INSTRUCTIONS TO FOLLOW: Give every line from the entries that contains "Locations".

[Opening MATERIAL SHOWN section]

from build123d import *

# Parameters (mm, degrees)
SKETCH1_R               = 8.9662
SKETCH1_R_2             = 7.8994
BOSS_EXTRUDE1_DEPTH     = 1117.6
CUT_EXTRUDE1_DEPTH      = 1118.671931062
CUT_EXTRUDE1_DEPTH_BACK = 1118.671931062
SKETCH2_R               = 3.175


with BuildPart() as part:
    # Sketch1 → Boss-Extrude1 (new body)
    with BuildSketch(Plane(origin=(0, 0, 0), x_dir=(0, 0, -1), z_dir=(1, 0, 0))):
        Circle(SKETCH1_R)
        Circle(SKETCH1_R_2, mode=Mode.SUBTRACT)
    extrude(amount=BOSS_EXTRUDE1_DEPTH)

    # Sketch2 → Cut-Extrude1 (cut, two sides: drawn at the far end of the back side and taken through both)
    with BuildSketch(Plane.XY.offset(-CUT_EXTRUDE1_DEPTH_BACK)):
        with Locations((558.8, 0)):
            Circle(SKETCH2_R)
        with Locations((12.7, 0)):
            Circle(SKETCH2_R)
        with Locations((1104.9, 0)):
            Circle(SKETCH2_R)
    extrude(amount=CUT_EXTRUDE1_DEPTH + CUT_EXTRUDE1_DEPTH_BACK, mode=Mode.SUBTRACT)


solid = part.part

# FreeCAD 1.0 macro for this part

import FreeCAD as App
import Part
import Sketcher
Q = App.Units.Quantity

doc = App.newDocument("Part")
body = doc.addObject("PartDesign::Body", "Body")

# Sketch on YZ plane
sketch1 = body.newObject("Sketcher::SketchObject", "Sketch")
sketch1.AttachmentSupport = (doc.getObject("YZ_Plane"), [""])
sketch1.MapMode = "FlatFace"
sketch1.addGeometry(Part.Circle(App.Vector(0, 0, 0), App.Vector(0, 0, 1), 8.9662), False)
sketch1.addGeometry(Part.Circle(App.Vector(0, 0, 0), App.Vector(0, 0, 1), 7.8994), False)
sketch1.addConstraint(Sketcher.Constraint("Coincident", 0, 3, -1, 1))
sketch1.addConstraint(Sketcher.Constraint("Coincident", 1, 3, -1, 1))
sketch1.addConstraint(Sketcher.Constraint("Diameter", 0, Q("0.706 in")))
sketch1.addConstraint(Sketcher.Constraint("Diameter", 1, Q("0.622 in")))
pad1 = body.newObject("PartDesign::Pad", "Pad")
pad1.Profile = sketch1
pad1.Length = Q("44 in")

# Sketch on XY plane
sketch2 = body.newObject("Sketcher::SketchObject", "Sketch001")
sketch2.AttachmentSupport = (doc.getObject("XY_Plane"), [""])
sketch2.MapMode = "FlatFace"
sketch2.addGeometry(Part.Circle(App.Vector(558.8, 0, 0), App.Vector(0, 0, 1), 3.175), False)
sketch2.addGeometry(Part.Circle(App.Vector(12.7, 0, 0), App.Vector(0, 0, 1), 3.175), False)
sketch2.addGeometry(Part.Circle(App.Vector(1104.9, 0, 0), App.Vector(0, 0, 1), 3.175), False)
sketch2.addConstraint(Sketcher.Constraint("Equal", 0, 1))
sketch2.addConstraint(Sketcher.Constraint("Equal", 1, 2))
sketch2.addConstraint(Sketcher.Constraint("PointOnObject", 0, 3, -1))
sketch2.addConstraint(Sketcher.Constraint("PointOnObject", 1, 3, -1))
sketch2.addConstraint(Sketcher.Constraint("PointOnObject", 2, 3, -1))
sketch2.addConstraint(Sketcher.Constraint("Diameter", 0, Q("0.25 in")))
sketch2.addConstraint(Sketcher.Constraint("DistanceX", -1, 1, 0, 3, Q("22 in")))
sketch2.addConstraint(Sketcher.Constraint("DistanceX", 1, 3, 2, 3, Q("43 in")))
sketch2.addConstraint(Sketcher.Constraint("DistanceX", -1, 1, 1, 3, Q("0.5 in")))
pocket1 = body.newObject("PartDesign::Pocket", "Pocket")
pocket1.Profile = sketch2
pocket1.Type = "ThroughAll"
pocket1.Midplane = True

doc.recompute()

[Closing MATERIAL SHOWN section]

TASK RESULT:
        with Locations((558.8, 0)):
        with Locations((12.7, 0)):
        with Locations((1104.9, 0)):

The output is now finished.